|
CLINICAL COMMENTARY
Oral Therapy in Gestational Diabetes? -Not Yet a Standard of Care
Sondra Vazirani, M. D.
Case Report:
A patient presents for preconception counseling.
The patient is worried she will develop gestational diabetes mellitus, as she
is overweight and her mom is diabetic. She is needle phobic, and wonders if
she were to develop gestational diabetes mellitus, would she have to use insulin.
Discussion:
Gestational
diabetes mellitus is defined as glucose intolerance first detected during
pregnancy. 1 It affects 2-4% of pregnancies, and is important to treat and
recognize, as it is associated with increased maternal and fetal morbidity
and mortality. Patients are gener-ally screened between 24 and 28 weeks gestation,
depending on their initial risk assessment. 2 Patients at high risk for development
of gestational diabetes mellitus are those who are obese, have glucose intol-erance,
a first degree relative with diabetes, gluco-suria, or history of macrosomia.

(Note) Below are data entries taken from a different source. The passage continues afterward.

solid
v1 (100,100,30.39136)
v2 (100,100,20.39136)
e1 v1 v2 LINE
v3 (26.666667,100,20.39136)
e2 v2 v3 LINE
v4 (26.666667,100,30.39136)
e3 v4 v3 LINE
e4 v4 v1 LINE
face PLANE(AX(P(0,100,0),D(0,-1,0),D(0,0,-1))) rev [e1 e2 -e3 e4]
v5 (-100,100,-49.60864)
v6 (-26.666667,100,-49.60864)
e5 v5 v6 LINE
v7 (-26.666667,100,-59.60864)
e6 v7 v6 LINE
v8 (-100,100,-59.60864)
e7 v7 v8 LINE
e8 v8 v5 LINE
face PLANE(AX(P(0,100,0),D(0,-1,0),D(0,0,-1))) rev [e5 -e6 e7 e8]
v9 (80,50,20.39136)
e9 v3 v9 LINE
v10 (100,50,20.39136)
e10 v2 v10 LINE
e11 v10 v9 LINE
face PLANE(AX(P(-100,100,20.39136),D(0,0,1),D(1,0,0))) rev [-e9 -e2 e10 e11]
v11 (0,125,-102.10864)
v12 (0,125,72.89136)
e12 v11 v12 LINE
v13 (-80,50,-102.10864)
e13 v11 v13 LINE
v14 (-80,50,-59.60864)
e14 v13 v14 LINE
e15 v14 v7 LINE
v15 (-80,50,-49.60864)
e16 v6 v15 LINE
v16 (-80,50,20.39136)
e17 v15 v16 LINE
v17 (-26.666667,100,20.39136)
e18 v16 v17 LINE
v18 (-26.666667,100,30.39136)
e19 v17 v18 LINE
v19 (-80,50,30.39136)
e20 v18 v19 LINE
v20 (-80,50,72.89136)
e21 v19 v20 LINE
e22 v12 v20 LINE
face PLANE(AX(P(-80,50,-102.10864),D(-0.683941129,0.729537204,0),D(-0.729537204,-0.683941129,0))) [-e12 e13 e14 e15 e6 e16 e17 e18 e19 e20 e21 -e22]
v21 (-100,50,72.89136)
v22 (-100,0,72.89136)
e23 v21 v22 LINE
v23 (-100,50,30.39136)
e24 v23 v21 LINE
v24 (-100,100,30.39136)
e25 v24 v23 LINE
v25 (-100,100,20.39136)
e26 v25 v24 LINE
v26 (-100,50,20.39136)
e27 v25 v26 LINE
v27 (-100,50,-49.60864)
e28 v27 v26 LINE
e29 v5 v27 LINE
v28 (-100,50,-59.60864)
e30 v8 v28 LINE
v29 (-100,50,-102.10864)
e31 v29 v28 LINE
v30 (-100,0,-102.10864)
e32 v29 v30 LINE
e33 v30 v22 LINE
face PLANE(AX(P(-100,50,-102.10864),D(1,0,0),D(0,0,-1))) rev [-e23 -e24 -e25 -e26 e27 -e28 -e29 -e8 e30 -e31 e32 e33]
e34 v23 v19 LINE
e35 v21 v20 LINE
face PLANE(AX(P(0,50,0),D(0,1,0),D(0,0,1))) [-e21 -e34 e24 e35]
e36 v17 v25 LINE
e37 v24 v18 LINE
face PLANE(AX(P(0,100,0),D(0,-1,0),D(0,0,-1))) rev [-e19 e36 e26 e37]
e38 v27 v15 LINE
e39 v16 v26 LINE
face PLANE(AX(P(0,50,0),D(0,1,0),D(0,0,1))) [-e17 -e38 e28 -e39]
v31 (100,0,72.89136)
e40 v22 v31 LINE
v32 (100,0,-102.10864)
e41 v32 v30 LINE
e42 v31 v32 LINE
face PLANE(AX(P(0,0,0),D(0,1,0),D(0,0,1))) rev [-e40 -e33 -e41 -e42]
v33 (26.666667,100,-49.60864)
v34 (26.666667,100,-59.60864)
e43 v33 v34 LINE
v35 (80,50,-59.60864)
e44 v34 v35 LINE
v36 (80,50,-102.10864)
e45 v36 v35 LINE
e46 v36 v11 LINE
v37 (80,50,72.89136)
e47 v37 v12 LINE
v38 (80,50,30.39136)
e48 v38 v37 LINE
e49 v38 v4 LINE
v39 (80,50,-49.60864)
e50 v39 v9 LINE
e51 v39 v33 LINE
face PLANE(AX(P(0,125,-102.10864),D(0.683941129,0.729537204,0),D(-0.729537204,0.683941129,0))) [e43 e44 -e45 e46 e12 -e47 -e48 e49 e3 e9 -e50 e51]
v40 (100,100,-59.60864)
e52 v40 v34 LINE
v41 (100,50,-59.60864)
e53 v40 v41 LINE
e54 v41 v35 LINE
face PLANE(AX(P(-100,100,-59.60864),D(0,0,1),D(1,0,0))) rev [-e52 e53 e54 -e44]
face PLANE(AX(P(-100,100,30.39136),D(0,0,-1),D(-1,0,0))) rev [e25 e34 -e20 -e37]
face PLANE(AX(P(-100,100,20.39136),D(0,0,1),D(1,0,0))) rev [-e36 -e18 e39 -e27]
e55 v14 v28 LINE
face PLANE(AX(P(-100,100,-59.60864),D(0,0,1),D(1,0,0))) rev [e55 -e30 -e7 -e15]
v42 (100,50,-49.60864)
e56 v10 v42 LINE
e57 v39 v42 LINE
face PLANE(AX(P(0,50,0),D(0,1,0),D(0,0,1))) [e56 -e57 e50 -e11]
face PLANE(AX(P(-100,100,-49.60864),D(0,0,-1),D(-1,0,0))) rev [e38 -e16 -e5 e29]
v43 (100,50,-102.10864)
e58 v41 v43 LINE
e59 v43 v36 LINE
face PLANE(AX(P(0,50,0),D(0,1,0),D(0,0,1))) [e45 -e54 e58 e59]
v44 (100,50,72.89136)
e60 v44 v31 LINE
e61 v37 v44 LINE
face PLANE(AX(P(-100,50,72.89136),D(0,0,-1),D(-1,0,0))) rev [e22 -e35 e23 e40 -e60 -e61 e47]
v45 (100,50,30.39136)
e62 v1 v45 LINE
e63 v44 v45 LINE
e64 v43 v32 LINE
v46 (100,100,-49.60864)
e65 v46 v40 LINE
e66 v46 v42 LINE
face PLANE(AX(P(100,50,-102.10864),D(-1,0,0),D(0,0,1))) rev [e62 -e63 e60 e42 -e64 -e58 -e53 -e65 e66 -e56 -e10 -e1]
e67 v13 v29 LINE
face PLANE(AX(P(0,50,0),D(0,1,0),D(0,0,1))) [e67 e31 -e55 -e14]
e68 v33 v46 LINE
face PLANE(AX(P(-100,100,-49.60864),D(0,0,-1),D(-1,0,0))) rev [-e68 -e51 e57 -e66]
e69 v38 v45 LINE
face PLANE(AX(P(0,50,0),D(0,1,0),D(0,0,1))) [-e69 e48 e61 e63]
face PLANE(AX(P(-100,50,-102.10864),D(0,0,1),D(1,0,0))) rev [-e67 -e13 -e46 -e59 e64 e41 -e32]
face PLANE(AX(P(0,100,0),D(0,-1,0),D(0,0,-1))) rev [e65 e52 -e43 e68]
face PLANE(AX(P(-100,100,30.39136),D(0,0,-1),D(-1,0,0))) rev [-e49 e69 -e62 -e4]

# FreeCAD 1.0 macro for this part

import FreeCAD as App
import Part
import Sketcher
from FreeCAD import Vector
Q = App.Units.Quantity


def add_polygon(sketch, points):
    """Adds a closed chain of lines whose ends are joined by coincident constraints."""
    first, n = sketch.GeometryCount, len(points)
    for a, b in zip(points, points[1:] + points[:1]):
        sketch.addGeometry(Part.LineSegment(App.Vector(*a, 0), App.Vector(*b, 0)), False)
    for i in range(n):
        sketch.addConstraint(Sketcher.Constraint("Coincident", first + i, 2, first + (i + 1) % n, 1))

doc = App.newDocument("Part")
body = doc.addObject("PartDesign::Body", "Body")

# Sketch on XZ plane
sketch1 = doc.addObject("Sketcher::SketchObject", "Sketch")
body.addObject(sketch1)
sketch1.AttachmentSupport = (doc.XZ_Plane, [""])
sketch1.MapMode = "FlatFace"
add_polygon(sketch1, [(-100, -102), (-100, 73), (100, 73), (100, -102)])  # lines 0-3
sketch1.addConstraint(Sketcher.Constraint("Vertical", 0))
sketch1.addConstraint(Sketcher.Constraint("Horizontal", 1))
sketch1.addConstraint(Sketcher.Constraint("Vertical", 2))
sketch1.addConstraint(Sketcher.Constraint("Horizontal", 3))
sketch1.addConstraint(Sketcher.Constraint("DistanceX", 1, 1, 1, 2, Q("200 mm")))
sketch1.addConstraint(Sketcher.Constraint("DistanceY", 0, 1, 0, 2, Q("175 mm")))
sketch1.addConstraint(Sketcher.Constraint("DistanceX", 0, 2, -1, 1, Q("100 mm")))
sketch1.addConstraint(Sketcher.Constraint("DistanceY", -1, 1, 0, 2, Q("72.89136 mm")))
pad1 = doc.addObject("PartDesign::Pad", "Pad")
body.addObject(pad1)
pad1.Profile = sketch1
pad1.Length = 50
pad1.Reversed = True

# Sketch on XY plane
sketch2 = doc.addObject("Sketcher::SketchObject", "Sketch001")
body.addObject(sketch2)
sketch2.AttachmentSupport = (doc.XY_Plane, [""])
sketch2.MapMode = "FlatFace"
sketch2.AttachmentOffset = App.Placement(Vector(0, 0, 72.89136), App.Rotation())
add_polygon(sketch2, [(0, 125), (-80, 50), (80, 50)])  # lines 0-2
sketch2.addConstraint(Sketcher.Constraint("Horizontal", 1))
sketch2.addConstraint(Sketcher.Constraint("PointOnObject", 2, 2, -2))
sketch2.addConstraint(Sketcher.Constraint("Equal", 0, 2))
sketch2.addConstraint(Sketcher.Constraint("DistanceX", 1, 1, 1, 2, Q("160 mm")))
sketch2.addConstraint(Sketcher.Constraint("DistanceY", -1, 1, 0, 2, Q("50 mm")))
sketch2.addConstraint(Sketcher.Constraint("DistanceY", -1, 1, 2, 2, Q("125 mm")))
pad2 = doc.addObject("PartDesign::Pad", "Pad001")
body.addObject(pad2)
pad2.Profile = sketch2
pad2.Length = 175
pad2.Reversed = True

# Sketch on XZ plane
sketch3 = doc.addObject("Sketcher::SketchObject", "Sketch002")
body.addObject(sketch3)
sketch3.AttachmentSupport = (doc.XZ_Plane, [""])
sketch3.MapMode = "FlatFace"
sketch3.AttachmentOffset = App.Placement(Vector(0, 0, -50), App.Rotation())
add_polygon(sketch3, [(-100, -60), (-100, -50), (100, -50), (100, -60)])  # lines 0-3
sketch3.addConstraint(Sketcher.Constraint("Vertical", 0))
sketch3.addConstraint(Sketcher.Constraint("Horizontal", 1))
sketch3.addConstraint(Sketcher.Constraint("Vertical", 2))
sketch3.addConstraint(Sketcher.Constraint("Horizontal", 3))
sketch3.addConstraint(Sketcher.Constraint("DistanceX", 1, 1, 1, 2, Q("200 mm")))
sketch3.addConstraint(Sketcher.Constraint("DistanceY", 0, 1, 0, 2, Q("10 mm")))
sketch3.addConstraint(Sketcher.Constraint("DistanceX", 0, 2, -1, 1, Q("100 mm")))
sketch3.addConstraint(Sketcher.Constraint("DistanceY", 0, 2, -1, 1, Q("49.60864 mm")))
pad3 = doc.addObject("PartDesign::Pad", "Pad002")
body.addObject(pad3)
pad3.Profile = sketch3
pad3.Length = 50
pad3.Reversed = True

# Sketch on XZ plane
sketch4 = doc.addObject("Sketcher::SketchObject", "Sketch003")
body.addObject(sketch4)
sketch4.AttachmentSupport = (doc.XZ_Plane, [""])
sketch4.MapMode = "FlatFace"
sketch4.AttachmentOffset = App.Placement(Vector(0, 0, -50), App.Rotation())
add_polygon(sketch4, [(-100, 20), (-100, 30), (100, 30), (100, 20)])  # lines 0-3
sketch4.addConstraint(Sketcher.Constraint("Vertical", 0))
sketch4.addConstraint(Sketcher.Constraint("Horizontal", 1))
sketch4.addConstraint(Sketcher.Constraint("Vertical", 2))
sketch4.addConstraint(Sketcher.Constraint("Horizontal", 3))
sketch4.addConstraint(Sketcher.Constraint("DistanceX", 1, 1, 1, 2, Q("200 mm")))
sketch4.addConstraint(Sketcher.Constraint("DistanceY", 0, 1, 0, 2, Q("10 mm")))
sketch4.addConstraint(Sketcher.Constraint("DistanceX", 0, 2, -1, 1, Q("100 mm")))
sketch4.addConstraint(Sketcher.Constraint("DistanceY", -1, 1, 0, 2, Q("30.39136 mm")))
pad4 = doc.addObject("PartDesign::Pad", "Pad003")
body.addObject(pad4)
pad4.Profile = sketch4
pad4.Length = 50
pad4.Reversed = True

doc.recompute()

Patients at low risk are those less than 25 years of age, have normal pre-pregnancy
weight, no first degree relatives with diabetes mellitus, no history of glucose
intolerance, are in a low-risk race or ethnic group, and no history of poor
obstetric outcomes. 1
Patients are screened with a 50 gram oral glucose load,
and if the one hour glucose is greater than 140 mg/ dl, further testing
with a three hour glucose toler-ance test is warranted. Gestational diabetes
mellitus patients are prescribed a diet with restricted carbohy-drate intake,
and with caloric and weight gain restric-tions in overweight patients. 2 Insulin
has been used as the mainstay of therapy if diet fails to control blood
sugars. Insulin does not cross the placenta, and is effective in controlling
blood glucose.
Sulfonylurea drugs are not prescribed in pregnancy. First generation
agents cross the placenta and have been linked to teratogenesis. Because
they can cross the placenta, the sulfonylureas can increase fetal insulin
secretion and promote macrosomia. Additionally, they can cause profound
neonatal hypoglycemia.
However, one randomized, unblinded, study did show
promise with the use of glyburide. 3 This molecule was noted not to cross
the placenta, thus
limiting risk of fetal affects. 4 Langer\'s study took 404 women with gestational
diabetes mellitus from 11-33 weeks gestation with a single fetus and randomized
them to oral glyburide or subcutaneous insulin. 3 Patients in the two groups
had similar control of their blood sugar, with less hypoglycemic episodes in
the oral glyburide group. Four percent of patients in glyburide group did not
have an adequate response to therapy, and were switched to insulin. There was
no increase in macrosomia or anomalies in the glyburide group, but it should
be noted that the timing of treat-ment was done after organogenesis. While
this remains only one trial, these results will hopefully promote further study.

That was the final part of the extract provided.